When New Zealand play in the Rugby Championship it has become like watching the Mousetrap and knowing the policeman did it (which he did, so you’re wasting your time going to see it if you already haven’t).
And, all the while, players in the south are leaving for the get-richquickly playing fields of the northern hemisphere to swell their bank balances.
Wasps fly-half Lima Sopoaga, a 16-cap New Zealander, reckoned only this week the All Black jersey was no longer enough to stem the tide of players departing the country.
Even New Zealand rugby is reportedly running at an operating loss, despite the seemingly endless onpitch successes.

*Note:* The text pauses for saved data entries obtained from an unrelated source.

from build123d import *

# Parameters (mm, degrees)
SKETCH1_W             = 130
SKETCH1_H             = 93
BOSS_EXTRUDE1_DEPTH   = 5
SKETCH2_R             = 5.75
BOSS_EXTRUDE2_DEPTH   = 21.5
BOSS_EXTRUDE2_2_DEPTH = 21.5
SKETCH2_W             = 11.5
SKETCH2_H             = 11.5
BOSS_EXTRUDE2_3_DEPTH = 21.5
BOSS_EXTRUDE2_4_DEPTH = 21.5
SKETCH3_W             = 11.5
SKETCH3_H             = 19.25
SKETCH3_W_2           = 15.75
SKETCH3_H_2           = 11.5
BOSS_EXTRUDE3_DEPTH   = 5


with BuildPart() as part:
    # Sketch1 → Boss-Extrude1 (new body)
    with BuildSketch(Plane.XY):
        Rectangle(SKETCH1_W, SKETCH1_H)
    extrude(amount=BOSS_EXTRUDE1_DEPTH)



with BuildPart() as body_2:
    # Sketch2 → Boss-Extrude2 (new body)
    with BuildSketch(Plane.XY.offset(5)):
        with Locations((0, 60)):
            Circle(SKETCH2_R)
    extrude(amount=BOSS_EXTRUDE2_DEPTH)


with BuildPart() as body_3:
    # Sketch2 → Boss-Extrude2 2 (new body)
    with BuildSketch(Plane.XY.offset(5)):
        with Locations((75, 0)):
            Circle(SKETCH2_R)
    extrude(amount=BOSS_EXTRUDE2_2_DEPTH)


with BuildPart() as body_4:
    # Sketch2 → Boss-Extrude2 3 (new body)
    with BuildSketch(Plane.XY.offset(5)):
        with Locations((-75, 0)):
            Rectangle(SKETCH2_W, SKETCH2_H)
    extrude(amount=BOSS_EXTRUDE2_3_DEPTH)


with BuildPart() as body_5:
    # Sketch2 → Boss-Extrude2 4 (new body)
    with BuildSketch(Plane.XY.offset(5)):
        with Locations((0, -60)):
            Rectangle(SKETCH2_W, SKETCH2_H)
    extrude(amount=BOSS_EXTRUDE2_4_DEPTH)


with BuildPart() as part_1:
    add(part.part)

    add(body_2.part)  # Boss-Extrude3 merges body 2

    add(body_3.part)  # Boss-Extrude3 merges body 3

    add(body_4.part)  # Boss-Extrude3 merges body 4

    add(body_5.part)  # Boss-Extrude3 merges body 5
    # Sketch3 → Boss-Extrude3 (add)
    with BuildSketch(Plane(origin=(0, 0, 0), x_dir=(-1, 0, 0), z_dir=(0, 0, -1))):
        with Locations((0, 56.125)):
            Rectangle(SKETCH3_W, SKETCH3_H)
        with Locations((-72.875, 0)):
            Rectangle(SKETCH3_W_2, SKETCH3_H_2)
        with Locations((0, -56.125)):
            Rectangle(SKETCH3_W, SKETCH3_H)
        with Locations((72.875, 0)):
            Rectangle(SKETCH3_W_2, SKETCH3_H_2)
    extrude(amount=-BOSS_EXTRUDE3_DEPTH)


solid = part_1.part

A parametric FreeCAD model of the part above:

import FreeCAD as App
import Part
import Sketcher
from FreeCAD import Vector


def add_polygon(sketch, points):
    """Adds a closed chain of lines whose ends are joined by coincident constraints."""
    first, n = sketch.GeometryCount, len(points)
    for a, b in zip(points, points[1:] + points[:1]):
        sketch.addGeometry(Part.LineSegment(App.Vector(*a, 0), App.Vector(*b, 0)), False)
    for i in range(n):
        sketch.addConstraint(Sketcher.Constraint("Coincident", first + i, 2, first + (i + 1) % n, 1))

doc = App.newDocument("Part")
body = doc.addObject("PartDesign::Body", "Body")

# Sketch on XY plane
sketch1 = doc.addObject("Sketcher::SketchObject", "Sketch")
body.addObject(sketch1)
sketch1.AttachmentSupport = (doc.XY_Plane, [""])
sketch1.MapMode = "FlatFace"
add_polygon(sketch1, [(-65, 46), (-65, -46), (65, -46), (65, 46)])  # lines 0-3
sketch1.addConstraint(Sketcher.Constraint("Vertical", 0))
sketch1.addConstraint(Sketcher.Constraint("Horizontal", 1))
sketch1.addConstraint(Sketcher.Constraint("Vertical", 2))
sketch1.addConstraint(Sketcher.Constraint("Horizontal", 3))
sketch1.addConstraint(Sketcher.Constraint("Symmetric", 0, 2, 2, 2, -1, 1))
sketch1.addConstraint(Sketcher.Constraint("DistanceX", 1, 1, 1, 2, 130.0))
sketch1.addConstraint(Sketcher.Constraint("DistanceY", 0, 2, 0, 1, 93.0))
pad1 = doc.addObject("PartDesign::Pad", "Pad")
body.addObject(pad1)
pad1.Profile = sketch1
pad1.Length = 5
body2 = doc.addObject("PartDesign::Body", "Body001")

# Sketch on XY plane
sketch2 = doc.addObject("Sketcher::SketchObject", "Sketch001")
body2.addObject(sketch2)
sketch2.AttachmentSupport = (doc.getObject("XY_Plane001"), [""])
sketch2.MapMode = "FlatFace"
sketch2.AttachmentOffset = App.Placement(Vector(0, 0, 5), App.Rotation())
sketch2.addGeometry(Part.Circle(Vector(0, 60, 0), Vector(0, 0, 1), 6), False)
sketch2.addConstraint(Sketcher.Constraint("PointOnObject", 0, 3, -2))
sketch2.addConstraint(Sketcher.Constraint("Diameter", 0, 11.5))
sketch2.addConstraint(Sketcher.Constraint("DistanceY", -1, 1, 0, 3, 60.0))
pad2 = doc.addObject("PartDesign::Pad", "Pad001")
body2.addObject(pad2)
pad2.Profile = sketch2
pad2.Length = 21.5
body3 = doc.addObject("PartDesign::Body", "Body002")

# Sketch on XY plane
sketch3 = doc.addObject("Sketcher::SketchObject", "Sketch002")
body3.addObject(sketch3)
sketch3.AttachmentSupport = (doc.getObject("XY_Plane002"), [""])
sketch3.MapMode = "FlatFace"
sketch3.AttachmentOffset = App.Placement(Vector(0, 0, 5), App.Rotation())
sketch3.addGeometry(Part.Circle(Vector(75, 0, 0), Vector(0, 0, 1), 6), False)
sketch3.addConstraint(Sketcher.Constraint("PointOnObject", 0, 3, -1))
sketch3.addConstraint(Sketcher.Constraint("Diameter", 0, 11.5))
sketch3.addConstraint(Sketcher.Constraint("DistanceX", -1, 1, 0, 3, 75.0))
pad3 = doc.addObject("PartDesign::Pad", "Pad002")
body3.addObject(pad3)
pad3.Profile = sketch3
pad3.Length = 21.5
body4 = doc.addObject("PartDesign::Body", "Body003")

# Sketch on XY plane
sketch4 = doc.addObject("Sketcher::SketchObject", "Sketch003")
body4.addObject(sketch4)
sketch4.AttachmentSupport = (doc.getObject("XY_Plane003"), [""])
sketch4.MapMode = "FlatFace"
sketch4.AttachmentOffset = App.Placement(Vector(0, 0, 5), App.Rotation())
add_polygon(sketch4, [(-81, 6), (-81, -6), (-69, -6), (-69, 6)])  # lines 0-3
sketch4.addConstraint(Sketcher.Constraint("Vertical", 0))
sketch4.addConstraint(Sketcher.Constraint("Horizontal", 1))
sketch4.addConstraint(Sketcher.Constraint("Vertical", 2))
sketch4.addConstraint(Sketcher.Constraint("Horizontal", 3))
sketch4.addConstraint(Sketcher.Constraint("Equal", 3, 0))
sketch4.addConstraint(Sketcher.Constraint("DistanceX", 1, 1, 1, 2, 11.5))
sketch4.addConstraint(Sketcher.Constraint("DistanceX", 0, 2, -1, 1, 80.75))
sketch4.addConstraint(Sketcher.Constraint("DistanceY", 0, 2, -1, 1, 5.75))
pad4 = doc.addObject("PartDesign::Pad", "Pad003")
body4.addObject(pad4)
pad4.Profile = sketch4
pad4.Length = 21.5
body5 = doc.addObject("PartDesign::Body", "Body004")

# Sketch on XY plane
sketch5 = doc.addObject("Sketcher::SketchObject", "Sketch004")
body5.addObject(sketch5)
sketch5.AttachmentSupport = (doc.getObject("XY_Plane004"), [""])
sketch5.MapMode = "FlatFace"
sketch5.AttachmentOffset = App.Placement(Vector(0, 0, 5), App.Rotation())
add_polygon(sketch5, [(-6, -54), (-6, -66), (6, -66), (6, -54)])  # lines 0-3
sketch5.addConstraint(Sketcher.Constraint("Vertical", 0))
sketch5.addConstraint(Sketcher.Constraint("Horizontal", 1))
sketch5.addConstraint(Sketcher.Constraint("Vertical", 2))
sketch5.addConstraint(Sketcher.Constraint("Horizontal", 3))
sketch5.addConstraint(Sketcher.Constraint("Equal", 3, 0))
sketch5.addConstraint(Sketcher.Constraint("DistanceX", 1, 1, 1, 2, 11.5))
sketch5.addConstraint(Sketcher.Constraint("DistanceX", 0, 2, -1, 1, 5.75))
sketch5.addConstraint(Sketcher.Constraint("DistanceY", 0, 2, -1, 1, 65.75))
pad5 = doc.addObject("PartDesign::Pad", "Pad004")
body5.addObject(pad5)
pad5.Profile = sketch5
pad5.Length = 21.5
body.AllowCompound = True
doc.recompute()

boolean = doc.addObject("PartDesign::Boolean", "Boolean")
body.addObject(boolean)
boolean.Type = "Fuse"
boolean.addObjects([body2])
doc.recompute()

boolean2 = doc.addObject("PartDesign::Boolean", "Boolean001")
body.addObject(boolean2)
boolean2.Type = "Fuse"
boolean2.addObjects([body3])
doc.recompute()

boolean3 = doc.addObject("PartDesign::Boolean", "Boolean002")
body.addObject(boolean3)
boolean3.Type = "Fuse"
boolean3.addObjects([body4])
doc.recompute()

boolean4 = doc.addObject("PartDesign::Boolean", "Boolean003")
body.addObject(boolean4)
boolean4.Type = "Fuse"
boolean4.addObjects([body5])

# Sketch on XY plane
sketch6 = doc.addObject("Sketcher::SketchObject", "Sketch005")
body.addObject(sketch6)
sketch6.AttachmentSupport = (doc.XY_Plane, [""])
sketch6.MapMode = "FlatFace"
add_polygon(sketch6, [(6, 66), (6, 46), (-6, 46), (-6, 66)])  # lines 0-3
add_polygon(sketch6, [(81, 6), (81, -6), (65, -6), (65, 6)])  # lines 4-7
add_polygon(sketch6, [(6, -46), (6, -66), (-6, -66), (-6, -46)])  # lines 8-11
add_polygon(sketch6, [(-65, 6), (-65, -6), (-81, -6), (-81, 6)])  # lines 12-15
sketch6.addConstraint(Sketcher.Constraint("Vertical", 0))
sketch6.addConstraint(Sketcher.Constraint("Horizontal", 1))
sketch6.addConstraint(Sketcher.Constraint("Vertical", 2))
sketch6.addConstraint(Sketcher.Constraint("Horizontal", 3))
sketch6.addConstraint(Sketcher.Constraint("Vertical", 4))
sketch6.addConstraint(Sketcher.Constraint("Horizontal", 5))
sketch6.addConstraint(Sketcher.Constraint("Vertical", 6))
sketch6.addConstraint(Sketcher.Constraint("Horizontal", 7))
sketch6.addConstraint(Sketcher.Constraint("Vertical", 8))
sketch6.addConstraint(Sketcher.Constraint("Horizontal", 9))
sketch6.addConstraint(Sketcher.Constraint("Vertical", 10))
sketch6.addConstraint(Sketcher.Constraint("Horizontal", 11))
sketch6.addConstraint(Sketcher.Constraint("Vertical", 12))
sketch6.addConstraint(Sketcher.Constraint("Horizontal", 13))
sketch6.addConstraint(Sketcher.Constraint("Vertical", 14))
sketch6.addConstraint(Sketcher.Constraint("Horizontal", 15))
sketch6.addConstraint(Sketcher.Constraint("Symmetric", 2, 2, 8, 2, -1, 1))
sketch6.addConstraint(Sketcher.Constraint("Symmetric", 0, 2, 10, 2, -1, 1))
sketch6.addConstraint(Sketcher.Constraint("Symmetric", 6, 2, 12, 2, -1, 1))
sketch6.addConstraint(Sketcher.Constraint("Symmetric", 4, 2, 14, 2, -1, 1))
sketch6.addConstraint(Sketcher.Constraint("Horizontal", 5, 2, 12, 2))
sketch6.addConstraint(Sketcher.Constraint("Vertical", 3, 2, 8, 2))
sketch6.addConstraint(Sketcher.Constraint("Equal", 11, 4))
sketch6.addConstraint(Sketcher.Constraint("DistanceX", 1, 2, 1, 1, 11.5))
sketch6.addConstraint(Sketcher.Constraint("DistanceX", -1, 1, 5, 2, 65.0))
sketch6.addConstraint(Sketcher.Constraint("DistanceX", 0, 2, 4, 2, 75.0))
sketch6.addConstraint(Sketcher.Constraint("DistanceY", 6, 2, 3, 2, 60.0))
sketch6.addConstraint(Sketcher.Constraint("DistanceY", 10, 2, 1, 2, 93.0))
pad6 = doc.addObject("PartDesign::Pad", "Pad005")
body.addObject(pad6)
pad6.Profile = sketch6
pad6.Length = 5

doc.recompute()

Pichot has seen all this unfold and presumably that is why he is speaking out.
CASH IN THE NORTH
Gold-standard rugby is still largely served up in the south, through New Zealand.
But the cash is elsewhere. Somehow, World Rugby need to restore the magic of the Test game to help reinvigorate the sport’s appeal and viability below the equator.
A global season might bring fewer Tests, but, for some, less would be more.
They believe that broadcasters would pay extra for something with a relative scarcity value, and interest would pick up.
It is a delicate balancing act because the international game is still a key driver of the sport and cutting back the number of matches being played wouldn’t be without risk if that is the plan.
Can a newly-structured rugby calendar be drawn up to suit the Test game and the powerful club owners in the north?
We’ll see.
THE PLAYER DRAIN
But the player drain is going to be tough to sort out.
Sportsmen have short careers and
the best tend to migrate to where they can best rewarded. It happens in other sports, with Mo Salah presumably not residing in Liverpool these days because he wants to learn more about the Royal Albert Dock, the Cavern Club and the history of The Beatles.
It is not astrophysics to appreciate that when a sport is professional, those who play it will want to cash in to the max.
PLAYER WELFARE
Pichot talks about player welfare and the need to look after those who do all the scrummaging, jumping, passing, kicking and running, but best of luck with that.
Premiership club owners in England are in negotiations to secure multi-million pound support for their league, having turned down an offer of £275 million for 51 percent of the league.
There are plans to extend the season into June, and presumably anyone shelling out the thick end of £300 million is not going to want to see their prize assets sitting in the stand too often.
So, the likelihood is that players will continue to be flogged.
WHAT DOES IT ALL MEAN FOR WALES?
The Welsh Rugby Union are likely to support moves that they see as strengthening the Test game, not least because it helps hugely to fund the sport in Wales.
But events in the south show that international rugby’s appeal cannot be relied on without question.
It is too early to say what might happen to the Six Nations should Pichot’s plans for a brave new world take effect. The grand old competition is that rare rugby beast, something that works financially, so meddling with it would involve risk.
An accord on a global season seems to be Pichot’s magic bullet to cure many problems.
But there are so many competing voices.
Expect a river of arguments before a compromise is reached.